I’d forgotten that Pam had been talked into doing the sale. “I’ll ask Denise,” I said. The annual postholiday book sale was held in mid-January and was the biggest winter event for the Friends. It was also the only winter event, but the sale was well attended and netted a reasonable amount of money. I would have thought they’d do better having a sale before Christmas, and had at one point said so, but the blank look I’d received had as good as said, “But we’ve always done it this way.
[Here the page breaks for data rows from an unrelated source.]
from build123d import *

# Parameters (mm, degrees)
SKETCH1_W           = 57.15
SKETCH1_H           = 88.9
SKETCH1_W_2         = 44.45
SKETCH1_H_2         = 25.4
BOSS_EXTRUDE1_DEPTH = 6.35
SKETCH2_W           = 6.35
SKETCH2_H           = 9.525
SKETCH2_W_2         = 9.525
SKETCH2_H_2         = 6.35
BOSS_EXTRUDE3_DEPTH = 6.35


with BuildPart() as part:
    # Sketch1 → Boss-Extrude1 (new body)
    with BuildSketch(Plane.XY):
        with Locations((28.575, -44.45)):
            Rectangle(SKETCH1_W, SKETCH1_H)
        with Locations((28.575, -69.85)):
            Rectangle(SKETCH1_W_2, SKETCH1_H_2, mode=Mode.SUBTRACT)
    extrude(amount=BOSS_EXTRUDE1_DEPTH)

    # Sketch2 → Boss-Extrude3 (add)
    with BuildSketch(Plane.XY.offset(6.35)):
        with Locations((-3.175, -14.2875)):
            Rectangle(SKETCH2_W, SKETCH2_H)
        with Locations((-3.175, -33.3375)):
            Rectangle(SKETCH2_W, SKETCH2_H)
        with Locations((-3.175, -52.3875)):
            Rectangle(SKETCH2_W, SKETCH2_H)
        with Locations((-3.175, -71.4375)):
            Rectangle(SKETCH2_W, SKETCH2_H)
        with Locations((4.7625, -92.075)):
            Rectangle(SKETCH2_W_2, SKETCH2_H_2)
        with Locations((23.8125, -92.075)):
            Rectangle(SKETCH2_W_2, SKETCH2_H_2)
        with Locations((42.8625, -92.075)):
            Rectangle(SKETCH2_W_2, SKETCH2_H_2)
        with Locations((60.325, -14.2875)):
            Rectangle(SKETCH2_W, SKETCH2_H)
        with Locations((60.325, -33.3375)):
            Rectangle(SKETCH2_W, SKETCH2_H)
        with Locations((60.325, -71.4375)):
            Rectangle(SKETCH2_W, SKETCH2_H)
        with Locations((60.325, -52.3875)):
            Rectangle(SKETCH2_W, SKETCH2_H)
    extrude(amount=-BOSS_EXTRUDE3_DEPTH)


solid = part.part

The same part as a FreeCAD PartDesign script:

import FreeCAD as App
import Part
import Sketcher
Q = App.Units.Quantity

doc = App.newDocument("Part")
body = doc.addObject("PartDesign::Body", "Body")

sketch1 = body.newObject("Sketcher::SketchObject", "Sketch")
sketch1.AttachmentSupport = (doc.getObject("XY_Plane"), [""])
sketch1.MapMode = "FlatFace"
sketch1.addGeometry(Part.LineSegment(App.Vector(0, 0, 0), App.Vector(0, -88.9, 0)), False)
sketch1.addGeometry(Part.LineSegment(App.Vector(0, -88.9, 0), App.Vector(57.15, -88.9, 0)), False)
sketch1.addGeometry(Part.LineSegment(App.Vector(57.15, -88.9, 0), App.Vector(57.15, 0, 0)), False)
sketch1.addGeometry(Part.LineSegment(App.Vector(57.15, 0, 0), App.Vector(0, 0, 0)), False)
sketch1.addGeometry(Part.LineSegment(App.Vector(50.8, -82.55, 0), App.Vector(6.35, -82.55, 0)), False)
sketch1.addGeometry(Part.LineSegment(App.Vector(6.35, -82.55, 0), App.Vector(6.35, -57.15, 0)), False)
sketch1.addGeometry(Part.LineSegment(App.Vector(6.35, -57.15, 0), App.Vector(50.8, -57.15, 0)), False)
sketch1.addGeometry(Part.LineSegment(App.Vector(50.8, -57.15, 0), App.Vector(50.8, -82.55, 0)), False)
sketch1.addConstraint(Sketcher.Constraint("Coincident", 0, 2, 1, 1))
sketch1.addConstraint(Sketcher.Constraint("Coincident", 1, 2, 2, 1))
sketch1.addConstraint(Sketcher.Constraint("Coincident", 2, 2, 3, 1))
sketch1.addConstraint(Sketcher.Constraint("Coincident", 3, 2, 0, 1))
sketch1.addConstraint(Sketcher.Constraint("Coincident", 4, 2, 5, 1))
sketch1.addConstraint(Sketcher.Constraint("Coincident", 5, 2, 6, 1))
sketch1.addConstraint(Sketcher.Constraint("Coincident", 6, 2, 7, 1))
sketch1.addConstraint(Sketcher.Constraint("Coincident", 7, 2, 4, 1))
sketch1.addConstraint(Sketcher.Constraint("Vertical", 0))
sketch1.addConstraint(Sketcher.Constraint("Horizontal", 1))
sketch1.addConstraint(Sketcher.Constraint("Vertical", 2))
sketch1.addConstraint(Sketcher.Constraint("Horizontal", 3))
sketch1.addConstraint(Sketcher.Constraint("Horizontal", 4))
sketch1.addConstraint(Sketcher.Constraint("Vertical", 5))
sketch1.addConstraint(Sketcher.Constraint("Horizontal", 6))
sketch1.addConstraint(Sketcher.Constraint("Vertical", 7))
sketch1.addConstraint(Sketcher.Constraint("Coincident", 3, 2, -1, 1))
sketch1.addConstraint(Sketcher.Constraint("DistanceY", 5, 1, 5, 2, Q("1 in")))
sketch1.addConstraint(Sketcher.Constraint("DistanceY", 0, 2, 0, 1, Q("3.5 in")))
sketch1.addConstraint(Sketcher.Constraint("DistanceX", -1, 1, 6, 2, Q("2 in")))
sketch1.addConstraint(Sketcher.Constraint("DistanceX", 4, 2, 1, 2, Q("2 in")))
sketch1.addConstraint(Sketcher.Constraint("DistanceX", 1, 1, 1, 2, Q("2.25 in")))
sketch1.addConstraint(Sketcher.Constraint("DistanceY", 4, 2, -1, 1, Q("3.25 in")))
pad1 = body.newObject("PartDesign::Pad", "Pad")
pad1.Profile = sketch1
pad1.Length = Q("0.25 in")

sketch2 = body.newObject("Sketcher::SketchObject", "Sketch001")
sketch2.AttachmentSupport = (doc.getObject("XY_Plane"), [""])
sketch2.MapMode = "FlatFace"
sketch2.AttachmentOffset = App.Placement(App.Vector(0, 0, 0.25 * 25.4), App.Rotation())
sketch2.addGeometry(Part.LineSegment(App.Vector(-6.35, -9.525, 0), App.Vector(-6.35, -19.05, 0)), False)
sketch2.addGeometry(Part.LineSegment(App.Vector(-6.35, -19.05, 0), App.Vector(0, -19.05, 0)), False)
sketch2.addGeometry(Part.LineSegment(App.Vector(0, -19.05, 0), App.Vector(0, -9.525, 0)), False)
sketch2.addGeometry(Part.LineSegment(App.Vector(0, -9.525, 0), App.Vector(-6.35, -9.525, 0)), False)
sketch2.addGeometry(Part.LineSegment(App.Vector(-6.35, -28.575, 0), App.Vector(-6.35, -38.1, 0)), False)
sketch2.addGeometry(Part.LineSegment(App.Vector(-6.35, -38.1, 0), App.Vector(0, -38.1, 0)), False)
sketch2.addGeometry(Part.LineSegment(App.Vector(0, -38.1, 0), App.Vector(0, -28.575, 0)), False)
sketch2.addGeometry(Part.LineSegment(App.Vector(0, -28.575, 0), App.Vector(-6.35, -28.575, 0)), False)
sketch2.addGeometry(Part.LineSegment(App.Vector(-6.35, -47.625, 0), App.Vector(-6.35, -57.15, 0)), False)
Why would we ever change?”
Josh laughed. “I wish I could have been there to see Pam’s farewell scene.”
“If we’d known in advance,” Holly said, “we could have sold tickets.”
I sipped my coffee and realized why Holly had added so many sugars: It was a Kelsey-brewed pot. As I opened the refrigerator door and checked the sell-by date on the small jug of milk, I said, “I was out on the bookmobile that day. I missed the whole thing.”
“From what I heard,” Josh said, “it was spectacular. Pam just stood up, right in the middle of the meeting, right in the middle of whatever Denise was talking about, and walked out.”
Holly took up the tale. “Denise asked her where she was going, told her the meeting wasn’t over yet, and Pam said that it was for her.”
“Yeah,” Josh said. “Denise asked, ‘What do you mean, it’s over?’ and Pam said she was quitting. That the only way she’d ever come back to the Friends was over Denise’s dead body.”
He laughed again, but his laughter trickled off. “Okay, that’s not as funny now as it was before . . . well, before.” He shifted, obviously remembering Roger’s death and the probable attempt on Denise’s life, which was now public knowledge, thanks to Facebook.
I wasn’t so sure Josh’s retelling was accurate. When I’d heard it from Denise, she hadn’t used that quote, and when Pam had told me, she certainly hadn’t. Then again, would she have? And if Denise hadn’t remembered the events accurately, it wouldn’t be the first time.